Site Reliability Engineer
As a member on the Site Reliability Engineer team, you will work on large-scale system design and troubleshooting, and be fluent in systems programming and/or automation. You will have a desire to tackle the complex problems of scale which are unique to Tokopedia.
- Design, write and deliver software to improve the availability, scalability, latency, and efficiency of Tokopedia's services.
- Solve problems related to mission critical services and build automation to prevent problem recurrence; with the goal of automating response to all non-exceptional service conditions.
- Influence and create new designs, architectures, standards and methods for large-scale distributed systems.
- Engage in service capacity planning and demand forecasting, software performance analysis and system tuning.

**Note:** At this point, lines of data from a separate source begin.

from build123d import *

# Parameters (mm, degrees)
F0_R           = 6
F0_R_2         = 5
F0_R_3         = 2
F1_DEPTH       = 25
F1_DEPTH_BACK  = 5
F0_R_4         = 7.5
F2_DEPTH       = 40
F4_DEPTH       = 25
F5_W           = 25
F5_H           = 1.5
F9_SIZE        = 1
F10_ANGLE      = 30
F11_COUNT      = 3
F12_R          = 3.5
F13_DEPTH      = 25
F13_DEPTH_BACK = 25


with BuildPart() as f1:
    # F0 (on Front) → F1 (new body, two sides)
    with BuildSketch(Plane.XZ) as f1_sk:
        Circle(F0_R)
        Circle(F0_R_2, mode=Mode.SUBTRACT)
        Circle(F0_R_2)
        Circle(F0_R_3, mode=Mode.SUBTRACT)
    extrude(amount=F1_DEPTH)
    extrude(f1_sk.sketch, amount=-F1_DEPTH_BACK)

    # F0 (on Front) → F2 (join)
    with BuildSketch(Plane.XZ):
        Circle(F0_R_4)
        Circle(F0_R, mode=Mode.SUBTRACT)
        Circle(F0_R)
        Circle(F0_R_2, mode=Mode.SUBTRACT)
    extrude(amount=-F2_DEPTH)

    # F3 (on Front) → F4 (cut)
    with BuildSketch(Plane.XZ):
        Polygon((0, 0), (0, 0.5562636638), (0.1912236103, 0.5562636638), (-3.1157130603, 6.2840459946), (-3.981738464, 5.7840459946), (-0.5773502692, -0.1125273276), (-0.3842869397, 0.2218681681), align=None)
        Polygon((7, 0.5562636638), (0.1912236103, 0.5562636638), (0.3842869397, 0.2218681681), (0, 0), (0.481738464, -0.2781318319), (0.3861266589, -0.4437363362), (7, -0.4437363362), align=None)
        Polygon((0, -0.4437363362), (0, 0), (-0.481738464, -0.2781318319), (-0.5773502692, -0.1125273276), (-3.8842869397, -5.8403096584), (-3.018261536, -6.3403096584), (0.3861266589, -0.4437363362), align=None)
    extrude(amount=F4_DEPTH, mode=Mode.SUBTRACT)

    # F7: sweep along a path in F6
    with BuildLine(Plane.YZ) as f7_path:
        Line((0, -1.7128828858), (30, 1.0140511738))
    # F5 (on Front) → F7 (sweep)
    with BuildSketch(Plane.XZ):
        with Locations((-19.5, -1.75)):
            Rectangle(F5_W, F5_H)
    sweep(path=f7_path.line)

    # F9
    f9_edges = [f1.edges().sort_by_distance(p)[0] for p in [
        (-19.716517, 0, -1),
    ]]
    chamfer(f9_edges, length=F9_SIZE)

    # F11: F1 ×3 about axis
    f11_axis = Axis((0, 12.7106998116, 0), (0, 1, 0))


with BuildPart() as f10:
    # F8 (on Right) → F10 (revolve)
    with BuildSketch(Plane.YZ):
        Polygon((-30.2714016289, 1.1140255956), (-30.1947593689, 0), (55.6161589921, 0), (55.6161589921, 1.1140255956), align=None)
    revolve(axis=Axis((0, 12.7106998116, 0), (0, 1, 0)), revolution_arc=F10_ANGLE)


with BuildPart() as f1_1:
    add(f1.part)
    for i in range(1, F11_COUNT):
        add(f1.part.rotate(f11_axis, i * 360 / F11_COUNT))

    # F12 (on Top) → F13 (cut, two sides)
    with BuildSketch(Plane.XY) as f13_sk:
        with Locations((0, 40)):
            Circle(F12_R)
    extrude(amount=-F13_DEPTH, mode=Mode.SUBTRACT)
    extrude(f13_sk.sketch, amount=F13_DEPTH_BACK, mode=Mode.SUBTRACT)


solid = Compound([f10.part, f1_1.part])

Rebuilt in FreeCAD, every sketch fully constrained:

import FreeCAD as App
import Part
import Sketcher
Q = App.Units.Quantity


def edges_at(feature, points):
    """Names of the edges that pass closest to the given points."""
    edges = feature.Shape.Edges
    near = lambda p: min(range(len(edges)), key=lambda i: edges[i].distToShape(Part.Vertex(*p))[0])
    return sorted({f"Edge{near(p) + 1}" for p in points})

doc = App.newDocument("Part")
body = doc.addObject("PartDesign::Body", "Body")

# Sketch on XZ plane
sketch1 = body.newObject("Sketcher::SketchObject", "Sketch")
sketch1.AttachmentSupport = (doc.getObject("XZ_Plane"), [""])
sketch1.MapMode = "FlatFace"
sketch1.addGeometry(Part.Circle(App.Vector(0, 0, 0), App.Vector(0, 0, 1), 6), False)
sketch1.addGeometry(Part.Circle(App.Vector(0, 0, 0), App.Vector(0, 0, 1), 2), False)
sketch1.addConstraint(Sketcher.Constraint("Coincident", 0, 3, -1, 1))
sketch1.addConstraint(Sketcher.Constraint("Coincident", 1, 3, -1, 1))
sketch1.addConstraint(Sketcher.Constraint("Diameter", 0, Q("12 mm")))
sketch1.addConstraint(Sketcher.Constraint("Diameter", 1, Q("4 mm")))
pad1 = body.newObject("PartDesign::Pad", "Pad")
pad1.Profile = sketch1
pad1.Type = "TwoLengths"
pad1.Length = 25
pad1.Length2 = 5

# Sketch on XZ plane
sketch2 = body.newObject("Sketcher::SketchObject", "Sketch001")
sketch2.AttachmentSupport = (doc.getObject("XZ_Plane"), [""])
sketch2.MapMode = "FlatFace"
sketch2.addGeometry(Part.Circle(App.Vector(0, 0, 0), App.Vector(0, 0, 1), 8), False)
sketch2.addGeometry(Part.Circle(App.Vector(0, 0, 0), App.Vector(0, 0, 1), 5), False)
sketch2.addConstraint(Sketcher.Constraint("Coincident", 0, 3, -1, 1))
sketch2.addConstraint(Sketcher.Constraint("Coincident", 1, 3, -1, 1))
sketch2.addConstraint(Sketcher.Constraint("Diameter", 0, Q("15 mm")))
sketch2.addConstraint(Sketcher.Constraint("Diameter", 1, Q("10 mm")))
pad2 = body.newObject("PartDesign::Pad", "Pad001")
pad2.Profile = sketch2
pad2.Length = 40
pad2.Reversed = True

# Sketch on XZ plane
sketch3 = body.newObject("Sketcher::SketchObject", "Sketch002")
sketch3.AttachmentSupport = (doc.getObject("XZ_Plane"), [""])
sketch3.MapMode = "FlatFace"
sketch3.addGeometry(Part.LineSegment(App.Vector(0, 0, 0), App.Vector(0, 0.56, 0)), False)
sketch3.addGeometry(Part.LineSegment(App.Vector(0, 0.56, 0), App.Vector(0.19, 0.56, 0)), False)
sketch3.addGeometry(Part.LineSegment(App.Vector(0.19, 0.56, 0), App.Vector(-3.12, 6.28, 0)), False)
sketch3.addGeometry(Part.LineSegment(App.Vector(-3.12, 6.28, 0), App.Vector(-3.98, 5.78, 0)), False)
sketch3.addGeometry(Part.LineSegment(App.Vector(-3.98, 5.78, 0), App.Vector(-0.58, -0.11, 0)), False)
sketch3.addGeometry(Part.LineSegment(App.Vector(-0.58, -0.11, 0), App.Vector(-0.38, 0.22, 0)), False)
sketch3.addGeometry(Part.LineSegment(App.Vector(-0.38, 0.22, 0), App.Vector(0, 0, 0)), False)
sketch3.addGeometry(Part.LineSegment(App.Vector(7, 0.56, 0), App.Vector(0.19, 0.56, 0)), False)
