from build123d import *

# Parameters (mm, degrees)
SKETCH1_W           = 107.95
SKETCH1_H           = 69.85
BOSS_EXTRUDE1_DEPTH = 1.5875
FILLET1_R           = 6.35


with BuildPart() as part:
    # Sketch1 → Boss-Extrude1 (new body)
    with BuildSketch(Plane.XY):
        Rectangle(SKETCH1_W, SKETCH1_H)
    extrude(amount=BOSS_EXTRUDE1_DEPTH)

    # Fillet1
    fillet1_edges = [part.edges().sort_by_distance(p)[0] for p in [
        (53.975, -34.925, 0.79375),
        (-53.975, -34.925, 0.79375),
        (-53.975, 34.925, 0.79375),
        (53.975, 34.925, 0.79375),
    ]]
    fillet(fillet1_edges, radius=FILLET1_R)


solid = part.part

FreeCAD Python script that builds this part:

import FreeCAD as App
import Part
import Sketcher
Q = App.Units.Quantity


def edges_at(feature, points):
    """Names of the edges that pass closest to the given points."""
    edges = feature.Shape.Edges
    near = lambda p: min(range(len(edges)), key=lambda i: edges[i].distToShape(Part.Vertex(*p))[0])
    return sorted({f"Edge{near(p) + 1}" for p in points})


def add_polygon(sketch, points):
    """Adds a closed chain of lines whose ends are joined by coincident constraints."""
    first, n = sketch.GeometryCount, len(points)
    for a, b in zip(points, points[1:] + points[:1]):
        sketch.addGeometry(Part.LineSegment(App.Vector(*a, 0), App.Vector(*b, 0)), False)
    for i in range(n):
        sketch.addConstraint(Sketcher.Constraint("Coincident", first + i, 2, first + (i + 1) % n, 1))

doc = App.newDocument("Part")
params = doc.addObject("Spreadsheet::Sheet", "Params")
for row, (alias, value) in enumerate([
    ("sketch1_width", "4.25 in"),
    ("sketch1_height", "2.75 in"),
    ("pad1_length", "0.0625 in"),
    ("fillet_radius", "0.25 in"),
], start=1):
    params.set(f"A{row}", alias)
    params.set(f"B{row}", "=" + value)
    params.setAlias(f"B{row}", alias)

body = doc.addObject("PartDesign::Body", "Body")

# Sketch on XY plane
sketch1 = body.newObject("Sketcher::SketchObject", "Sketch")
sketch1.AttachmentSupport = (doc.getObject("XY_Plane"), [""])
sketch1.MapMode = "FlatFace"
add_polygon(sketch1, [(-53.975, 34.925), (-53.975, -34.925), (53.975, -34.925), (53.975, 34.925)])  # lines 0-3
sketch1.addConstraint([
    Sketcher.Constraint("Vertical", 0),
    Sketcher.Constraint("Horizontal", 1),
    Sketcher.Constraint("Vertical", 2),
    Sketcher.Constraint("Horizontal", 3),
    Sketcher.Constraint("Symmetric", 0, 2, 2, 2, -1, 1),
    Sketcher.Constraint("DistanceX", 1, 1, 1, 2, Q("4.25 in")),
    Sketcher.Constraint("DistanceY", 0, 2, 0, 1, Q("2.75 in")),
])
sketch1.setExpression("Constraints[9]", "Params.sketch1_width")
sketch1.setExpression("Constraints[10]", "Params.sketch1_height")
pad1 = body.newObject("PartDesign::Pad", "Pad")
pad1.Profile = sketch1
pad1.setExpression("Length", "Params.pad1_length")
doc.recompute()

fillet = body.newObject("PartDesign::Fillet", "Fillet")
fillet.Base = (pad1, edges_at(pad1, [
    (53.975, -34.925, 0.794),
    (-53.975, -34.925, 0.794),
    (-53.975, 34.925, 0.794),
    (53.975, 34.925, 0.794),
]))
fillet.setExpression("Radius", "Params.fillet_radius")

doc.recompute()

- Conduct periodic on call duties using a follow-the-sun model.
- Bachelors degree in Computer Science or related technical field, or equivalent practical experience.
- Experience in one or more of: C, C++, Java, Perl, Python, Go, or scripting experience in Shell and Perl.
- Experience working with Unix/Linux systems from kernel to shell and beyond, with experience working with system libraries, file systems, and client-server protocols.
- Networking: experience with network theory e.g. TCP/IP, UDP, ICMP, etc., MAC addresses, IP packets, DNS, OSI layers, and load balancing.